Search code examples
apache-sparkrdd

Why are all data end up in one partition after reduceByKey?


I have this simple spark program. I am wondering why all data end up in one partition.

val l = List((30002,30000), (50006,50000), (80006,80000), 
             (4,0), (60012,60000), (70006,70000), 
             (40006,40000), (30012,30000), (30000,30000),
             (60018,60000), (30020,30000), (20010,20000), 
             (20014,20000), (90008,90000), (14,0), (90012,90000),
             (50010,50000), (100008,100000), (80012,80000),
             (20000,20000), (30010,30000), (20012,20000), 
             (90016,90000), (18,0), (12,0), (70016,70000), 
             (20,0), (80020,80000), (100016,100000), (70014,70000),
             (60002,60000), (40000,40000), (60006,60000), 
             (80000,80000), (50008,50000), (60008,60000), 
             (10002,10000), (30014,30000), (70002,70000),
             (40010,40000), (100010,100000), (40002,40000),
             (20004,20000), 
             (10018,10000), (50018,50000), (70004,70000),
             (90004,90000), (100004,100000), (20016,20000))

val l_rdd = sc.parallelize(l, 2)

// print each item and index of the partition it belongs to
l_rdd.mapPartitionsWithIndex((index, iter) => {
   iter.toList.map(x => (index, x)).iterator
}).collect.foreach(println)

// reduce on the second element of the list.
// alternatively you can use aggregateByKey  
val l_reduced = l_rdd.map(x => {
                    (x._2, List(x._1))
                  }).reduceByKey((a, b) => {b ::: a})
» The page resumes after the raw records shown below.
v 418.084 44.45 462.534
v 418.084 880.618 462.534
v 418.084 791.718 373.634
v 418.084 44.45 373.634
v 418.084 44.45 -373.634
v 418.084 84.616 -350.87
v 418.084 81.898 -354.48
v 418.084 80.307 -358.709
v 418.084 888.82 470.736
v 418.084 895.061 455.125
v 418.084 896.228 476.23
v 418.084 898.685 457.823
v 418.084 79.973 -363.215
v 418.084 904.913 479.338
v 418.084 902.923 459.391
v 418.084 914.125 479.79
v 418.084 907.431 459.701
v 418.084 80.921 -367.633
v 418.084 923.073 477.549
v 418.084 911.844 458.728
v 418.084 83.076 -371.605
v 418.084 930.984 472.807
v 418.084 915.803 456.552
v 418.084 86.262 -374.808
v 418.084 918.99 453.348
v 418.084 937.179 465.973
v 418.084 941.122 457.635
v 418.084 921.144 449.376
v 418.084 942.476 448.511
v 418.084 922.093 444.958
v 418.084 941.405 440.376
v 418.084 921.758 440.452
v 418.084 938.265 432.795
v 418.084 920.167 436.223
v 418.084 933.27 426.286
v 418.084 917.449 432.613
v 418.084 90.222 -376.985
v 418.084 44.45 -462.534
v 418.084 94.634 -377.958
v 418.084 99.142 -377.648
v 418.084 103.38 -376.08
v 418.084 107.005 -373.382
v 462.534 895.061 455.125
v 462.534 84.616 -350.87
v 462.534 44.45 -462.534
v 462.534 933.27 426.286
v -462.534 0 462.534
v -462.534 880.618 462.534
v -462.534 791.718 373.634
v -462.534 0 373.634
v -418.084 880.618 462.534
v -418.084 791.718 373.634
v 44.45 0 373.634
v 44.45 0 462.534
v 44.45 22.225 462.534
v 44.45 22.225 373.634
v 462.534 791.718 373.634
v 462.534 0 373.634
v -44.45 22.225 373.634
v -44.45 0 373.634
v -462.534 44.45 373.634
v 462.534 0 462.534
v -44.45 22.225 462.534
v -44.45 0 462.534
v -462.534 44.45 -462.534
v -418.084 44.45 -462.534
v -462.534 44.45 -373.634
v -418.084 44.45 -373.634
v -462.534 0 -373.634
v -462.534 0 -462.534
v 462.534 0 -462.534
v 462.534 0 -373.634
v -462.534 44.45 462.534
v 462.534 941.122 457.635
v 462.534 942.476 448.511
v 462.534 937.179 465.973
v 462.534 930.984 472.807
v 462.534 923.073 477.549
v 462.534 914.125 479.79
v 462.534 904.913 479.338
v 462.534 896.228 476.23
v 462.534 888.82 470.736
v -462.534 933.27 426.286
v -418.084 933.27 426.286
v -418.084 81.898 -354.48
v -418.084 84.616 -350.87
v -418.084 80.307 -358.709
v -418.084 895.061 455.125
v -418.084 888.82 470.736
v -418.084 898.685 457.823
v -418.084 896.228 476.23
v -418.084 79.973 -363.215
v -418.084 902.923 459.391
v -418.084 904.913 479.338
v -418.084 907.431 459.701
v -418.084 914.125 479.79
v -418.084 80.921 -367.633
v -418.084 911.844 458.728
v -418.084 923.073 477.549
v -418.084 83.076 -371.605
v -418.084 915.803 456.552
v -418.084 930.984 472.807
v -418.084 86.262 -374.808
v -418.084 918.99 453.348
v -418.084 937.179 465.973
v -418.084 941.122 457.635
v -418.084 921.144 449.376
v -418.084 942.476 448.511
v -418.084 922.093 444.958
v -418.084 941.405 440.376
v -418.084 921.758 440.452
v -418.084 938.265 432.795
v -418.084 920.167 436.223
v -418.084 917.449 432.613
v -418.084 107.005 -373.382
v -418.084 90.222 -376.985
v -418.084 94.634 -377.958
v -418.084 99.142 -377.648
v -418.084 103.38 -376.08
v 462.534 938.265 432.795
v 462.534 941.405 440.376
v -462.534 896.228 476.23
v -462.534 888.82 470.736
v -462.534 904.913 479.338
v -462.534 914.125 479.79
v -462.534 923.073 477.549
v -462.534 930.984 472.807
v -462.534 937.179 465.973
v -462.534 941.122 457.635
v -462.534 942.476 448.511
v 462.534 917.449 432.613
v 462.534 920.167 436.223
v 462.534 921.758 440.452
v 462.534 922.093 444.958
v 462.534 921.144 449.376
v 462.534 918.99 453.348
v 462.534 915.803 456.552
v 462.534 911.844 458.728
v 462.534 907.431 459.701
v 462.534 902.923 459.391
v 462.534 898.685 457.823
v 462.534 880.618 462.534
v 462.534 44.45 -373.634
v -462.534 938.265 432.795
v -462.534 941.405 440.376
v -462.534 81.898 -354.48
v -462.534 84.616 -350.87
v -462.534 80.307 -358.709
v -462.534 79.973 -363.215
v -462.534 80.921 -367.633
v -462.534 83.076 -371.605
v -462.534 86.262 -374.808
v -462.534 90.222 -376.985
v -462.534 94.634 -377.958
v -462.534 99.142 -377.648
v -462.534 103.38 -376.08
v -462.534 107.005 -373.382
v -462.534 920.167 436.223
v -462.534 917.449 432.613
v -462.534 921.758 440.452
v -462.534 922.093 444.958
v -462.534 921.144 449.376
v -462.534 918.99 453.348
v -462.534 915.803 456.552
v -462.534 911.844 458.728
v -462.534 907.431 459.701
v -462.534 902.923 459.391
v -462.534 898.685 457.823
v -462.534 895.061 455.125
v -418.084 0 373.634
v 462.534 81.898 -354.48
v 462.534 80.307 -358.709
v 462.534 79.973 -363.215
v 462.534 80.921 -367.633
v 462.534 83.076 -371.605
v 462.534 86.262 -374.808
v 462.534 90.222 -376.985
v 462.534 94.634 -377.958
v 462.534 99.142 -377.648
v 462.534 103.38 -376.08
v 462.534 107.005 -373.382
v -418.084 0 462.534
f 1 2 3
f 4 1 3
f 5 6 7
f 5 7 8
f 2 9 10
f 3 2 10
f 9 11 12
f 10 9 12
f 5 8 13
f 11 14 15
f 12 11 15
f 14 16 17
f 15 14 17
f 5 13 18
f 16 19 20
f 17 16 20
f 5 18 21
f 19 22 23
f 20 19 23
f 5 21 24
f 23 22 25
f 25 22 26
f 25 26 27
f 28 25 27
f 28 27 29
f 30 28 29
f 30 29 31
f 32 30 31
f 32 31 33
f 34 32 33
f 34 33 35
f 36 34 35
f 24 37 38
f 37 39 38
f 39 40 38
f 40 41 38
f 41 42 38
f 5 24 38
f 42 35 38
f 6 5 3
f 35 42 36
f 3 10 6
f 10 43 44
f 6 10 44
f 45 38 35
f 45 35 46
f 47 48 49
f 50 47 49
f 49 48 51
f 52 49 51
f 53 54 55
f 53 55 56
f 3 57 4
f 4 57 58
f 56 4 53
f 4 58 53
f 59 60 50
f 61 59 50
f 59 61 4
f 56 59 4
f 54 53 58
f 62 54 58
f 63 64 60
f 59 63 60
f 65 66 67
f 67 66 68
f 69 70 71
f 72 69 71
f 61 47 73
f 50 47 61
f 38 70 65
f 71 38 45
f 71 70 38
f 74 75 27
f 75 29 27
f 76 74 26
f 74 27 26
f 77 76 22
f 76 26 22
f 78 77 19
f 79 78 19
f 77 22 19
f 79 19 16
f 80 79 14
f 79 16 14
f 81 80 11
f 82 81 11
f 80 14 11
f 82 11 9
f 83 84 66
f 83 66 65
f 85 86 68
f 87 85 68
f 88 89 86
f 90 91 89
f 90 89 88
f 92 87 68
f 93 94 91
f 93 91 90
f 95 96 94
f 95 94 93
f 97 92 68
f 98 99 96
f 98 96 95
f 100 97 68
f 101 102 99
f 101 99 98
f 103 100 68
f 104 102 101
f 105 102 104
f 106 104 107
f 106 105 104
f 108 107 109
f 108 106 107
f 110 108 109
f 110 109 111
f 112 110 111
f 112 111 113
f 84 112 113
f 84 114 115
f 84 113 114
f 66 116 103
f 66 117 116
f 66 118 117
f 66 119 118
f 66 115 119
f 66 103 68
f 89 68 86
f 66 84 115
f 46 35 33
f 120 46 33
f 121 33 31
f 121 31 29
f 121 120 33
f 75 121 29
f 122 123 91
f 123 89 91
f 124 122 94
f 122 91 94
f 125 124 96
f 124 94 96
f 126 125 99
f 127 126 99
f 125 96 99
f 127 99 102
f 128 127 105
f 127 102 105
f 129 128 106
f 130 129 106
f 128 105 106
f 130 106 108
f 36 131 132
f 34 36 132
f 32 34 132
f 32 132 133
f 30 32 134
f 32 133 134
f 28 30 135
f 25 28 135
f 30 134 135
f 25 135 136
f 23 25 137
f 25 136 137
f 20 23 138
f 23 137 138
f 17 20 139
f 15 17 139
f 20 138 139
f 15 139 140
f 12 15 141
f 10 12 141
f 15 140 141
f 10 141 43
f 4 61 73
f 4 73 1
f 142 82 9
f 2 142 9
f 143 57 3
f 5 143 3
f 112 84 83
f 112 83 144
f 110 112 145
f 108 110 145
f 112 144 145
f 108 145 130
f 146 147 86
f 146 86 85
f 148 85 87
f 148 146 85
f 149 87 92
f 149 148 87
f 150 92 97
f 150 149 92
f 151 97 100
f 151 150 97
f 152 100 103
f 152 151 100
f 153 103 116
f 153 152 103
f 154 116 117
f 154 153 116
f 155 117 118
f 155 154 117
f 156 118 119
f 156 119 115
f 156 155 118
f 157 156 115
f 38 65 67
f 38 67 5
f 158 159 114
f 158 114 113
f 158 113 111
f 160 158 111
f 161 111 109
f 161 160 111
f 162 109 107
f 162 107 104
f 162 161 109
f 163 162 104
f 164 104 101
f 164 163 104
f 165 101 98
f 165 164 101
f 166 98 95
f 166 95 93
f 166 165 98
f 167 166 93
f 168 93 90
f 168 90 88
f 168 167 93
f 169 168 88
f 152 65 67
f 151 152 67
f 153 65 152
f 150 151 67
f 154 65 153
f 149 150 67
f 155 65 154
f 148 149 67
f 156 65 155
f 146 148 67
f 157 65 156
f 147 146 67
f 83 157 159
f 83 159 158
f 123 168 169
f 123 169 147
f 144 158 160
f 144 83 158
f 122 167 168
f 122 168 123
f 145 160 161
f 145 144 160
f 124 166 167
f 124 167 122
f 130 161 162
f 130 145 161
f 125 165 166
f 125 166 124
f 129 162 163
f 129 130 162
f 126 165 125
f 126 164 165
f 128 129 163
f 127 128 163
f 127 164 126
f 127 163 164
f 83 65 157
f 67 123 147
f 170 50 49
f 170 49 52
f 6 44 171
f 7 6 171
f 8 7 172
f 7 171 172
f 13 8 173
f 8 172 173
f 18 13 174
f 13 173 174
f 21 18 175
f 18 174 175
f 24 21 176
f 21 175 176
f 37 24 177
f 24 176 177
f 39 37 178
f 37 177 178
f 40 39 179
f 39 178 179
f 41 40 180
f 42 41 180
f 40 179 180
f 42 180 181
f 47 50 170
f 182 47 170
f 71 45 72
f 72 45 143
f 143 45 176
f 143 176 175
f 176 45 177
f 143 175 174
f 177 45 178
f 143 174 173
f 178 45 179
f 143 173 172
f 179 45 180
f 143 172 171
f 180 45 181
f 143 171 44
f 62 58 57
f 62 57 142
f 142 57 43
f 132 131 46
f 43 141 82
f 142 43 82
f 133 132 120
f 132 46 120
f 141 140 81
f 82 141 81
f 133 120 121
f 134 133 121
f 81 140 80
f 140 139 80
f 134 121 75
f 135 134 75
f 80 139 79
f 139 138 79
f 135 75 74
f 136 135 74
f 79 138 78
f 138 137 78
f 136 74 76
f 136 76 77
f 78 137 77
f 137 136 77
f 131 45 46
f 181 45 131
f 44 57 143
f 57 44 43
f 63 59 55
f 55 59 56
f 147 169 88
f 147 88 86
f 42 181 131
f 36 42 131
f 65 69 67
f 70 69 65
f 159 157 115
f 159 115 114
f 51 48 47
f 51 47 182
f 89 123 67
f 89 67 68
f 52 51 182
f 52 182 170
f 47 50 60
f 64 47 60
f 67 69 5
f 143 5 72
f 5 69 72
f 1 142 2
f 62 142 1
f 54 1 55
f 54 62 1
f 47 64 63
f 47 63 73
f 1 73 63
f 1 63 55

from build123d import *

# Parameters (mm, degrees)
SKETCH2_W                       = 925.068
SKETCH2_H                       = 88.9
BOSS_EXTRUDE1_DEPTH             = 44.45
BOSS_EXTRUDE1_2_DEPTH           = 44.45
SKETCH4_W                       = 44.45
SKETCH4_H                       = 88.9
FILLET1_R                       = 31.430896
CUT_EXTRUDE1_DEPTH              = 44.45
BOSS_EXTRUDE2_REACH             = 1120.361
SKETCH6_W                       = 44.45
SKETCH6_H                       = 88.9
BOSS_EXTRUDE2_DIRECTION_2_DEPTH = 44.45
FILLET1_OF_MIRROR8_R            = 31.430896
SKETCH1_W                       = 88.9
SKETCH1_H                       = 254
CUT_EXTRUDE2_DEPTH              = 22.225


with BuildPart() as part:
    # Sketch2 → Boss-Extrude1 (new body)
    with BuildSketch(Plane(origin=(0, 0, 0), x_dir=(1, 0, 0), z_dir=(0, 1, 0))):
        with Locations((0, 418.084)):
            Rectangle(SKETCH2_W, SKETCH2_H)
    extrude(amount=BOSS_EXTRUDE1_DEPTH)


with BuildPart() as body_2:
    # Sketch2 → Boss-Extrude1 2 (new body)
    with BuildSketch(Plane(origin=(0, 0, 0), x_dir=(1, 0, 0), z_dir=(0, 1, 0))):
        with Locations((0, -418.084)):
            Rectangle(SKETCH2_W, SKETCH2_H)
    extrude(amount=BOSS_EXTRUDE1_2_DEPTH)


with BuildPart() as body_3:
    # Sweep1: sweep along a path in Sketch3
    with BuildLine(Plane.ZY.offset(462.534)) as sweep1_path:
        Line((-462.534, 44.45), (435.491612107, 942.475612107))
    # Sketch4 → Sweep1 (sweep)
    with BuildSketch(Plane(origin=(0, 44.45, 0), x_dir=(1, 0, 0), z_dir=(0, 1, 0))):
        with Locations((-440.309, 418.084)):
            Rectangle(SKETCH4_W, SKETCH4_H)
    sweep1 = sweep(path=sweep1_path.line)

    # Fillet1
    fillet1_edges = [body_3.edges().sort_by_distance(p)[0] for p in [
        (-440.309, 942.475612107, 524.391612107),
        (-440.309, 942.475612107, 435.491612107),
    ]]
    fillet(fillet1_edges, radius=FILLET1_R)

    # Sketch5 → Cut-Extrude1 (cut)
    with BuildSketch(Plane.ZY.offset(462.534)):
        with BuildLine():
            Line((-373.382309225, 107.004633733), (432.613028854, 917.449274035))
            ThreePointArc((432.613028854, 917.449274035), (455.063584109, 917.5110699), (455.125379974, 895.060514644))
            Line((455.125379974, 895.060514644), (-350.869958105, 84.615874342))
            ThreePointArc((-350.869958105, 84.615874342), (-373.32051336, 84.554078477), (-373.382309225, 107.004633733))
        make_face()
    cut_extrude1 = extrude(amount=-CUT_EXTRUDE1_DEPTH, mode=Mode.SUBTRACT)


with BuildPart() as body_4:

    # Boss-Extrude2: up to this face of the body (flat: up to its plane)
    boss_extrude2_end = Plane(body_3.part.faces().sort_by_distance((-440.309, 466.634858203, 48.550858203))[0])
    # Sketch6 → Boss-Extrude2 (new, up to the picked face)
    with BuildSketch(Plane(origin=(0, 44.45, 0), x_dir=(1, 0, 0), z_dir=(0, 1, 0)), mode=Mode.PRIVATE) as boss_extrude2_sk1:
        with Locations((-440.309, -418.084)):
            Rectangle(SKETCH6_W, SKETCH6_H)
    boss_extrude2_tool1 = split(extrude(boss_extrude2_sk1.sketch, amount=BOSS_EXTRUDE2_REACH, mode=Mode.PRIVATE), bisect_by=boss_extrude2_end, keep=Keep.BOTH, mode=Mode.PRIVATE)
    boss_extrude2 = boss_extrude2_tool1.solids().sort_by(Axis((-440.309, 44.45, 418.084), (0, 1, 0)))[0]
    add(boss_extrude2)

    # Sketch6 → Boss-Extrude2 direction 2 (add)
    with BuildSketch(Plane(origin=(0, 44.45, 0), x_dir=(1, 0, 0), z_dir=(0, 1, 0))):
        with Locations((-440.309, -418.084)):
            Rectangle(SKETCH6_W, SKETCH6_H)
    boss_extrude2_direction_2 = extrude(amount=-BOSS_EXTRUDE2_DIRECTION_2_DEPTH)


with BuildPart() as body_2_1:
    add(body_2.part)

    # Mirror4: Boss-Extrude2, Boss-Extrude2 direction 2 across plane
    add(boss_extrude2.mirror(Plane(origin=(0, 0, 0), x_dir=(0, 0, 1), z_dir=(1, 0, 0))))
    add(boss_extrude2_direction_2.mirror(Plane(origin=(0, 0, 0), x_dir=(0, 0, 1), z_dir=(1, 0, 0))))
// print the reduced results along with its partition index
l_reduced.mapPartitionsWithIndex((index, iter) => {
      iter.toList.map(x => (index, x._1, x._2.size)).iterator
}).collect.foreach(println)

When you run this, you will see that data (l_rdd) is distributed into two partitions. Once I reduced, the resultant RDD (l_reduced) also has two partitions but all the data is in one partition (index 0) and the other one is empty. This happens even if the data is huge (a few GBs). Shouldn't the l_reduced be also distributed into two partitions.


Solution

  • val l_reduced = l_rdd.map(x => {
                        (x._2, List(x._1))
                      }).reduceByKey((a, b) => {b ::: a})
    

    With reference to the above snippet, you are partitioning by the second field of the RDD. All the numbers in the second field end with 0.

    When you call HashPartitioner, the partition number for a record is decided by the following function:

      def getPartition(key: Any): Int = key match {
        case null => 0
        case _ => Utils.nonNegativeMod(key.hashCode, numPartitions)
      }
    

    And the Utils.nonNegativeMod is defined as follows:

     def nonNegativeMod(x: Int, mod: Int): Int = {
        val rawMod = x % mod
        rawMod + (if (rawMod < 0) mod else 0)
      }
    

    Let us see what happens when we apply the above two pieces of logic to your input:

    scala> l.map(_._2.hashCode % 2) // numPartitions = 2
    res10: List[Int] = List(0, 0, 0, 0, 0, 0, 0, 0, 0, 0, 0, 0, 0, 0, 0, 0, 0, 0, 0, 0, 0, 0, 0, 0, 0, 0, 0, 0, 0, 0, 0, 0, 0, 0, 0, 0, 0, 0, 0, 0, 0, 0, 0, 0, 0, 0, 0, 0, 0)
    

    Therefore, all of your records end up in partition 0.

    You can solve this problem by a repartition:

    val l_reduced = l_rdd.map(x => {
                        (x._2, List(x._1))
                      }).reduceByKey((a, b) => {b ::: a}).repartition(2)
    

    which gives:

    (0,100000,4)
    (0,10000,2)
    (0,0,5)
    (0,20000,6)
    (0,60000,5)
    (0,80000,4)
    (1,50000,4)
    (1,30000,6)
    (1,90000,4)
    (1,70000,5)
    (1,40000,4)
    

    Alternatively, you can create a custom partitioner.